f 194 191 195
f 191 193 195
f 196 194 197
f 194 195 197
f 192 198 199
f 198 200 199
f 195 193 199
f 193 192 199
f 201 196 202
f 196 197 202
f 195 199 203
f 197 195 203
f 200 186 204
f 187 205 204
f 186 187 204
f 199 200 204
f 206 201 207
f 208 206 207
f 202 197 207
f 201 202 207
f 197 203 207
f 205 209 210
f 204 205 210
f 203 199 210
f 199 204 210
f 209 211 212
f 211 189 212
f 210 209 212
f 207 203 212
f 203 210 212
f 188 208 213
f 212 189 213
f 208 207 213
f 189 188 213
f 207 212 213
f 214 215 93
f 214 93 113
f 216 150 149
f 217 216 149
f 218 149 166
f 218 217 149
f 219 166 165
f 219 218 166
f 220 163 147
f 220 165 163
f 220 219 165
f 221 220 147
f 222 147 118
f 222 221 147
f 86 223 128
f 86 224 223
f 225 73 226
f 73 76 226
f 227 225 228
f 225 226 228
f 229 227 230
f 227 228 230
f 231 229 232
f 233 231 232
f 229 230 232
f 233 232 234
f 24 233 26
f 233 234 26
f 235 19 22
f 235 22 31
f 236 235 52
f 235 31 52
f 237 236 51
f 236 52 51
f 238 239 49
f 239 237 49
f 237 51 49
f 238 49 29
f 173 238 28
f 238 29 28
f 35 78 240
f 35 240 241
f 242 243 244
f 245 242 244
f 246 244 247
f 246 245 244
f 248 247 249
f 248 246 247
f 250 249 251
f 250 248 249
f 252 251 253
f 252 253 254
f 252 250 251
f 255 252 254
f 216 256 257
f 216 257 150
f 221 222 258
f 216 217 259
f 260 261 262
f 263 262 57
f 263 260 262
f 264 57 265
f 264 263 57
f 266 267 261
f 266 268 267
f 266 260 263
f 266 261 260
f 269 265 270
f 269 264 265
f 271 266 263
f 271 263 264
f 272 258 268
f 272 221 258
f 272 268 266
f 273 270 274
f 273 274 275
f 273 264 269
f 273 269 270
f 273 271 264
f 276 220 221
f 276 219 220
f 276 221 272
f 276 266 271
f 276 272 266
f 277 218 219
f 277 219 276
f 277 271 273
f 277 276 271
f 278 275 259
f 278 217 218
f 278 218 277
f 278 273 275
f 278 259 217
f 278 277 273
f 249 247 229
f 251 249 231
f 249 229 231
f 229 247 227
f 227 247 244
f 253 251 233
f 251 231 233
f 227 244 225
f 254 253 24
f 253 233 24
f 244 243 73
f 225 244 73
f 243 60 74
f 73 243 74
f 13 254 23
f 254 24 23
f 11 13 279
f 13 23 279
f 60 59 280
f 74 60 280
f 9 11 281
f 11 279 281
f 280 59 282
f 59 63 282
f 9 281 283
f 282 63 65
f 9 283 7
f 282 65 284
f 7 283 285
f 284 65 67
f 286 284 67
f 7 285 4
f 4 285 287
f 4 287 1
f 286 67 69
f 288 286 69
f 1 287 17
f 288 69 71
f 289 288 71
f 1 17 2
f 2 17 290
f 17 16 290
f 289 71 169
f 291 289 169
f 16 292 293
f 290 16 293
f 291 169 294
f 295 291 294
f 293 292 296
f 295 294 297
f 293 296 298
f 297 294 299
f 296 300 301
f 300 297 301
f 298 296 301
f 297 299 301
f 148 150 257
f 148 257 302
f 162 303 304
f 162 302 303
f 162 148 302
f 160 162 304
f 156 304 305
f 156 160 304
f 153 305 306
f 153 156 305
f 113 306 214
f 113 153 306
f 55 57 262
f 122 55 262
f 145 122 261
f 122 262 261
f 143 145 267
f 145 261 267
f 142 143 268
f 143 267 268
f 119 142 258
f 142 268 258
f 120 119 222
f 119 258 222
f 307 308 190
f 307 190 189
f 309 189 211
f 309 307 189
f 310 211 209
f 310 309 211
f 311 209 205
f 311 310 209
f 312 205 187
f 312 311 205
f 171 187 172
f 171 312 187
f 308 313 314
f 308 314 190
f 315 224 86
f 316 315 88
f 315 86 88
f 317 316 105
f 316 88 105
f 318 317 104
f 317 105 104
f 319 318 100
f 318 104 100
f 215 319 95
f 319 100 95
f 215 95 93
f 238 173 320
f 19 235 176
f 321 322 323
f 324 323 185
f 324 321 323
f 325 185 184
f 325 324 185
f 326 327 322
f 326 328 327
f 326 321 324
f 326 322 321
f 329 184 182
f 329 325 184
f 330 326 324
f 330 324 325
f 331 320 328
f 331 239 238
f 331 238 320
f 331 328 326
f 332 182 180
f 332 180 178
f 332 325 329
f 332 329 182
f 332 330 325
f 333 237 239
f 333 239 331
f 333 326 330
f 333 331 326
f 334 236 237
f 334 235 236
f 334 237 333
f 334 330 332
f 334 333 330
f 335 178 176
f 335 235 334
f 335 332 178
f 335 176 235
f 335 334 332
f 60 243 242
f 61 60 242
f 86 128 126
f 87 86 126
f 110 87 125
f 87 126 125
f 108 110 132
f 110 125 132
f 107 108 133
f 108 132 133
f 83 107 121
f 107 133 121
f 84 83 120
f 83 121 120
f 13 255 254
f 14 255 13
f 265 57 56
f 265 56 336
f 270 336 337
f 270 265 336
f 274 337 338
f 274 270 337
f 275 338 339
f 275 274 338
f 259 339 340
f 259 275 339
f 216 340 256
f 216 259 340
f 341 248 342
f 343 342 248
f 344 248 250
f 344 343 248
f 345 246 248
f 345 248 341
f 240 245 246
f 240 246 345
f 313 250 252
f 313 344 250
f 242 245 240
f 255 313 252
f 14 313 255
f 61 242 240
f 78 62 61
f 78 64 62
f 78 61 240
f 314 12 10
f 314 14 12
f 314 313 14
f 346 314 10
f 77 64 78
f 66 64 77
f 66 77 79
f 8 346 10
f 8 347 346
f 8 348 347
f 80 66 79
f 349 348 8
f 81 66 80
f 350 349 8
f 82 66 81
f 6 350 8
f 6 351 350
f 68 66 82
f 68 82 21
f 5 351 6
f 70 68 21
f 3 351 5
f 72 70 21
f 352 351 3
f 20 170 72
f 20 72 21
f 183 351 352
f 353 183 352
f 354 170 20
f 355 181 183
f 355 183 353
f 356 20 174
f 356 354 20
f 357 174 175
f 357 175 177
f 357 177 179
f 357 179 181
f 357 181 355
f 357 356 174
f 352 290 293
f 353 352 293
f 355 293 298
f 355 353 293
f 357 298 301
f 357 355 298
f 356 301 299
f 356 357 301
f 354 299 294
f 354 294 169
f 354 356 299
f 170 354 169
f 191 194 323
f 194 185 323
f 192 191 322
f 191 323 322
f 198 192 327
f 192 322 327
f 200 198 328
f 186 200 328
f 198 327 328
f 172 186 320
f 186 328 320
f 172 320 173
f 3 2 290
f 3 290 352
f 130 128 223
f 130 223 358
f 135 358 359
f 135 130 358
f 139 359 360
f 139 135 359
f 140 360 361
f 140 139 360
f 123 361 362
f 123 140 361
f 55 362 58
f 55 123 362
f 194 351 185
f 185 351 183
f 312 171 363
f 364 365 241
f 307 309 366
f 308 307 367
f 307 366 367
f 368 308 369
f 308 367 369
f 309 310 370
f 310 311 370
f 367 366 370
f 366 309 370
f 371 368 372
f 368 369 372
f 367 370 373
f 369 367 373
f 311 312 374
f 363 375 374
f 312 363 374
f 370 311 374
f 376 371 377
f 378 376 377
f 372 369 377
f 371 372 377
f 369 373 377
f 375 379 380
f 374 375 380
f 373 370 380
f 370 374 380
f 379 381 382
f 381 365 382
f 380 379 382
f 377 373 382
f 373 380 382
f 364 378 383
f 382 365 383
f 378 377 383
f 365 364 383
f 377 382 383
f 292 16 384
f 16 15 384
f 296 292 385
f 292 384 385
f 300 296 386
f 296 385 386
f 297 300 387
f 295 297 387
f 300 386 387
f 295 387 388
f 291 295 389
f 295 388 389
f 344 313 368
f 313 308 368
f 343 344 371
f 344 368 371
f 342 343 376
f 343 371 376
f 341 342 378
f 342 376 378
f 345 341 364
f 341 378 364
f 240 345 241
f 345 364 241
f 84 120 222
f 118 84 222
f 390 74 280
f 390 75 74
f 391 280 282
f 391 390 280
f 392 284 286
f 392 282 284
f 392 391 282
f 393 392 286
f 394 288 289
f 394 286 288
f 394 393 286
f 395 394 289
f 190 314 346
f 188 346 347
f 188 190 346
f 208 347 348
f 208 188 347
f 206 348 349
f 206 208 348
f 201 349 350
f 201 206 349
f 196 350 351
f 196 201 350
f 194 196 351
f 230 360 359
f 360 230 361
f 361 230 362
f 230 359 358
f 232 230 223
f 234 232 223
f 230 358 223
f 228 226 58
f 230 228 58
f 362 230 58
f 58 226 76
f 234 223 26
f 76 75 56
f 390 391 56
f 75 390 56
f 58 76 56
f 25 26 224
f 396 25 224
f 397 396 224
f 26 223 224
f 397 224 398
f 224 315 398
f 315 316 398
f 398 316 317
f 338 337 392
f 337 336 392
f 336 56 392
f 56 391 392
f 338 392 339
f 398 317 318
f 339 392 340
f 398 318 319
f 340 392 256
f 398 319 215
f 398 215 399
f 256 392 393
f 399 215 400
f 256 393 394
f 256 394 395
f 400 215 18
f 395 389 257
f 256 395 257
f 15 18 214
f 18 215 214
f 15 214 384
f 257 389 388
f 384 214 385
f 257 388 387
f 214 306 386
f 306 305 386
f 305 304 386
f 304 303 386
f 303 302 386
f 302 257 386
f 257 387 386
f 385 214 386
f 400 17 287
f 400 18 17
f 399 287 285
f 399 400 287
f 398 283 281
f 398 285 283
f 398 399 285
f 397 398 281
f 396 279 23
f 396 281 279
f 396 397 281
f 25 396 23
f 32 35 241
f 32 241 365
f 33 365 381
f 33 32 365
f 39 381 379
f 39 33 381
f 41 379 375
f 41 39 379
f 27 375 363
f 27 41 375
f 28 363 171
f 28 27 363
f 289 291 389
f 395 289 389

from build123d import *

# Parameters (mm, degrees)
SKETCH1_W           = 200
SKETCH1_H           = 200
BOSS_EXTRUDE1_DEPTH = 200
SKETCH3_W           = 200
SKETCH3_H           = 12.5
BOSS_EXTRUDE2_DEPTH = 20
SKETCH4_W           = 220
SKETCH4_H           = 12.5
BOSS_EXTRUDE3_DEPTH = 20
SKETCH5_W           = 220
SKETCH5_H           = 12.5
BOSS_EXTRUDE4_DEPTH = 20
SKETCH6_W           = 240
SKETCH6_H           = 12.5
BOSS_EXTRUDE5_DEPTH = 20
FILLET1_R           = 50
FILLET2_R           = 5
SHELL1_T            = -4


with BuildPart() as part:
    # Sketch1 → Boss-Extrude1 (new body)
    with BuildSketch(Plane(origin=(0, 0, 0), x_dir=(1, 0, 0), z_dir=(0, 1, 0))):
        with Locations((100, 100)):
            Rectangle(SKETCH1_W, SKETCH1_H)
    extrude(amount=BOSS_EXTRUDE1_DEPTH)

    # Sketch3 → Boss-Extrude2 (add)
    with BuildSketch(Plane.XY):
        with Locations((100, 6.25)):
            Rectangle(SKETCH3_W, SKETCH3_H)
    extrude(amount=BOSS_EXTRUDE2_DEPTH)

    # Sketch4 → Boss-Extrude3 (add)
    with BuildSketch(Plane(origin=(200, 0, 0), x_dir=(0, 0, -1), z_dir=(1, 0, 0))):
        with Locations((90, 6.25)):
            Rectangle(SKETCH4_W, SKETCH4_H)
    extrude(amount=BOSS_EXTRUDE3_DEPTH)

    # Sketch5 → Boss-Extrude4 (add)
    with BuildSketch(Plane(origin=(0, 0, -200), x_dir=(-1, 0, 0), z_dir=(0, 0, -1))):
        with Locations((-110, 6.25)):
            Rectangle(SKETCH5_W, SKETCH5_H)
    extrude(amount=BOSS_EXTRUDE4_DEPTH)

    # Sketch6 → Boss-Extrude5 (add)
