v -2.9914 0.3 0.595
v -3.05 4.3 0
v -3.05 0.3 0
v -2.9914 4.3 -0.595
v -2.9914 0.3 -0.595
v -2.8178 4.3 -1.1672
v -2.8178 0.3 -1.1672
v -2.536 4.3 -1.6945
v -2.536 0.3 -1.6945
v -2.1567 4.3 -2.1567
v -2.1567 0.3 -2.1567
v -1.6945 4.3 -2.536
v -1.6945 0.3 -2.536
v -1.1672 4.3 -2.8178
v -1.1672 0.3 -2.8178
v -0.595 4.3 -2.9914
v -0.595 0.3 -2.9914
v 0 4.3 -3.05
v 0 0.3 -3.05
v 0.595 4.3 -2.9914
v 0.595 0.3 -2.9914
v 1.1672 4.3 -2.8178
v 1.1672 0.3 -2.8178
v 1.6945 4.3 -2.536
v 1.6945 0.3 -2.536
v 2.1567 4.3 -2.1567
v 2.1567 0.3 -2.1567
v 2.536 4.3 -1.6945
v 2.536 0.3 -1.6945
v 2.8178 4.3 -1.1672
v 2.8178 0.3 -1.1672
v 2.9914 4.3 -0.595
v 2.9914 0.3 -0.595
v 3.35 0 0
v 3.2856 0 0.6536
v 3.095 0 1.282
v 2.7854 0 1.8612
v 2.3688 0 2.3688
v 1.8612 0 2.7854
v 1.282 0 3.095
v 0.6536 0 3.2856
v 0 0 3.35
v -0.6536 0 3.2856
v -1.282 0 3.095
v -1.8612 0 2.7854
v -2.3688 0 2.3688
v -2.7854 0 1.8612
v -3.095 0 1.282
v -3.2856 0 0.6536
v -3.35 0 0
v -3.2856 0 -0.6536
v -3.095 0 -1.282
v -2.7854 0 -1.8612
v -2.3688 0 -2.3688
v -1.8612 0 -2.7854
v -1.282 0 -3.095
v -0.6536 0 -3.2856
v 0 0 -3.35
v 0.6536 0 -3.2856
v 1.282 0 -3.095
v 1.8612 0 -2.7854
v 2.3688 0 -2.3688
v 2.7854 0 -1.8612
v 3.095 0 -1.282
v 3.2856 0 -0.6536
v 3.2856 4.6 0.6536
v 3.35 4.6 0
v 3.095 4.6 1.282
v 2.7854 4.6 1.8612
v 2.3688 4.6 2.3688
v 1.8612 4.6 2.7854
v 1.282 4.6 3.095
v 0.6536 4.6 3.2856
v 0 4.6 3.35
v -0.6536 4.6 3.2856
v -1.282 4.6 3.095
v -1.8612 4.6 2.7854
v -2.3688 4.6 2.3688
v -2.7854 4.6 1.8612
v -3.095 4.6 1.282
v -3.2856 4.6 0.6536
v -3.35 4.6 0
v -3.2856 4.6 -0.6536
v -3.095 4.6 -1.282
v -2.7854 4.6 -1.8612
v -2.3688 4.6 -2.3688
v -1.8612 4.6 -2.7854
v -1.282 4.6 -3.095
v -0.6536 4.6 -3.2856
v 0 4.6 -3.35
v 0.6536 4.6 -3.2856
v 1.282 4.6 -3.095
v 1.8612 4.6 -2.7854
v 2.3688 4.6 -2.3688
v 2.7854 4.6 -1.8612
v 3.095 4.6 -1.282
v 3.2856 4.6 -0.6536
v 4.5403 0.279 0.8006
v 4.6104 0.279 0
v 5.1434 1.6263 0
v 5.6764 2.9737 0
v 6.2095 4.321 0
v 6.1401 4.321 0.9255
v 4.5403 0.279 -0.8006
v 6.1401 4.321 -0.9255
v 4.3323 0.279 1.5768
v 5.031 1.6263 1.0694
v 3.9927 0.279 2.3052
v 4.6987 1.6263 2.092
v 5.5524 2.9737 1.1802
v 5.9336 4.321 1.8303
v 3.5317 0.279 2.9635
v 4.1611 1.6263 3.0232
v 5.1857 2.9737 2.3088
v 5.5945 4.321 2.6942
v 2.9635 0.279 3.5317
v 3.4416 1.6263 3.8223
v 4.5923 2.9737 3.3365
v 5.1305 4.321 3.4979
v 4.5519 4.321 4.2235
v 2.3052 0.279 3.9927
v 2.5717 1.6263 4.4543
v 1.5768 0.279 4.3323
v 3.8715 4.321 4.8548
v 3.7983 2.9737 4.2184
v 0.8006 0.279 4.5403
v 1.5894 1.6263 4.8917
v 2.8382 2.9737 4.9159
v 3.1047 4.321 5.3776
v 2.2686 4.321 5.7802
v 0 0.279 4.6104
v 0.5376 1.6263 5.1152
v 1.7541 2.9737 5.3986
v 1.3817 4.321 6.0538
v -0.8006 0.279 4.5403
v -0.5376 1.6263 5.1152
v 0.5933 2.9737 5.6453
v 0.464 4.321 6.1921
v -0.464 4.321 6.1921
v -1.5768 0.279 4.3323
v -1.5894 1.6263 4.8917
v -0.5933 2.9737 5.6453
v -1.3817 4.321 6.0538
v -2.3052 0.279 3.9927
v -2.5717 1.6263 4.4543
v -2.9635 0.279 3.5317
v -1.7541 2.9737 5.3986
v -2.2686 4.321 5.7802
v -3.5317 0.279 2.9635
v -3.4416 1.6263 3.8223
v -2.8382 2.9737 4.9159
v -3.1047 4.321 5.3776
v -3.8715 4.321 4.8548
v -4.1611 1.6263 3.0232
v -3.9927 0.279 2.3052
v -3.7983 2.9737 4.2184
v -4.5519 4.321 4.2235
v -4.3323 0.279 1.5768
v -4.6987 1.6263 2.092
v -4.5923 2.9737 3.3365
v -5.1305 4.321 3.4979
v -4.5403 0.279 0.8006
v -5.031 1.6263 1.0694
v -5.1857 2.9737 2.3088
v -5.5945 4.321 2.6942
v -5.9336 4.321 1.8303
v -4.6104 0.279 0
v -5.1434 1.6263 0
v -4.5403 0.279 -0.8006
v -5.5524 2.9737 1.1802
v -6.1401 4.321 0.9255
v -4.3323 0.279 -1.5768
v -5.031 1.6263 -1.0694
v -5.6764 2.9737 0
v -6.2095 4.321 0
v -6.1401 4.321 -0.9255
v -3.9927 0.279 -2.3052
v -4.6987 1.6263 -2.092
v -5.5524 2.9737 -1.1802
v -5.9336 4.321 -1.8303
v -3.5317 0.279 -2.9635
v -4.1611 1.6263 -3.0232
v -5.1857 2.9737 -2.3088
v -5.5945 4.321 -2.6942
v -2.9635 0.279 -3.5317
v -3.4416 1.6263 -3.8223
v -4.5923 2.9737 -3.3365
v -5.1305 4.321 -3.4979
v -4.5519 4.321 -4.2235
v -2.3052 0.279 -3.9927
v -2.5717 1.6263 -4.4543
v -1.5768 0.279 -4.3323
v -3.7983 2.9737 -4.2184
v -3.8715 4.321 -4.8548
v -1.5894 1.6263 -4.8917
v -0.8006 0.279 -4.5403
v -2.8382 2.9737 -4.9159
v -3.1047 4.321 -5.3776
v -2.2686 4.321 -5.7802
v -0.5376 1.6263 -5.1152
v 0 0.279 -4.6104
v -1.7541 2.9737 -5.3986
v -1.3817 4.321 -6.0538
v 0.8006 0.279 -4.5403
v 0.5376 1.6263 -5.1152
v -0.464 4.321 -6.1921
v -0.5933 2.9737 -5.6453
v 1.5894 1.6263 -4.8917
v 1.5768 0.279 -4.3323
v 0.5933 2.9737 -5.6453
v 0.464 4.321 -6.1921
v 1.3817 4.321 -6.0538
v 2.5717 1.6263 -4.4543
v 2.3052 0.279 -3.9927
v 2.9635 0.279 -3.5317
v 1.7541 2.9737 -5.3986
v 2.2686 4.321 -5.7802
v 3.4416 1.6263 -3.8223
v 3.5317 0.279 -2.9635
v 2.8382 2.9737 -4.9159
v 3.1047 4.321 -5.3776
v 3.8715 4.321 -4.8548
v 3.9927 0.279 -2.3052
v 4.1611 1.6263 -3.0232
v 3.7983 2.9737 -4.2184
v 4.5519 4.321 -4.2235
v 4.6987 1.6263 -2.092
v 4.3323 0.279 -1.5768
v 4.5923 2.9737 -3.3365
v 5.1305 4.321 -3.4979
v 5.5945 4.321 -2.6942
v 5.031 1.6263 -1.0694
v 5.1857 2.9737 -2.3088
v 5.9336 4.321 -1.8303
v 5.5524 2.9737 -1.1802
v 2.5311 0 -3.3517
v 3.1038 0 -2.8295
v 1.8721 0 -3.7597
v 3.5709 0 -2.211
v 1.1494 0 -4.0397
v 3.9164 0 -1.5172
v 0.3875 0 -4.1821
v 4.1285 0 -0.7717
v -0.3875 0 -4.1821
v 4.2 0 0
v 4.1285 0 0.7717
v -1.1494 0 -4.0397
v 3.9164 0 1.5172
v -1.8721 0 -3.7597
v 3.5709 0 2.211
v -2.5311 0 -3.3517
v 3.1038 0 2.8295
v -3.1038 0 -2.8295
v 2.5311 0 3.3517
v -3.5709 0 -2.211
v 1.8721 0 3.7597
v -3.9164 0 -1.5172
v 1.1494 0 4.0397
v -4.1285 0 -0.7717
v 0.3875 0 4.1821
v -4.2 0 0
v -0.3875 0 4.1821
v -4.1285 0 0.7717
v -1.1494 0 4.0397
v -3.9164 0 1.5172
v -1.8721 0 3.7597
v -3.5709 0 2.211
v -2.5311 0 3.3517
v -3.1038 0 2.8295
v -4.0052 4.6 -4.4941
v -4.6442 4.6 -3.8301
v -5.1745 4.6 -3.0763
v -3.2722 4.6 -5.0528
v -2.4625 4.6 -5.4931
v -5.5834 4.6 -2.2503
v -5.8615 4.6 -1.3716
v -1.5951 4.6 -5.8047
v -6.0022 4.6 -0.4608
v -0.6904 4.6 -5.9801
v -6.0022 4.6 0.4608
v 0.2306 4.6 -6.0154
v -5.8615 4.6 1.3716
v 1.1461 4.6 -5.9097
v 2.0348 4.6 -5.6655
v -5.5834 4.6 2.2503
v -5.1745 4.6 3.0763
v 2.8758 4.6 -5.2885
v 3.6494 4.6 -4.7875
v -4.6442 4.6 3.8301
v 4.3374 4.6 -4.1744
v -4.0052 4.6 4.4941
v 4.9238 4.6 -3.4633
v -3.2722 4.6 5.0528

--

» GOAL OF THE EXERCISE
Please return each line of the listing above that contains "Rectangle".

» RESPONSE AREA
            Rectangle(SKETCH1_W, SKETCH1_H)
            Rectangle(SKETCH3_W, SKETCH3_H)
            Rectangle(SKETCH4_W, SKETCH4_H)
            Rectangle(SKETCH5_W, SKETCH5_H)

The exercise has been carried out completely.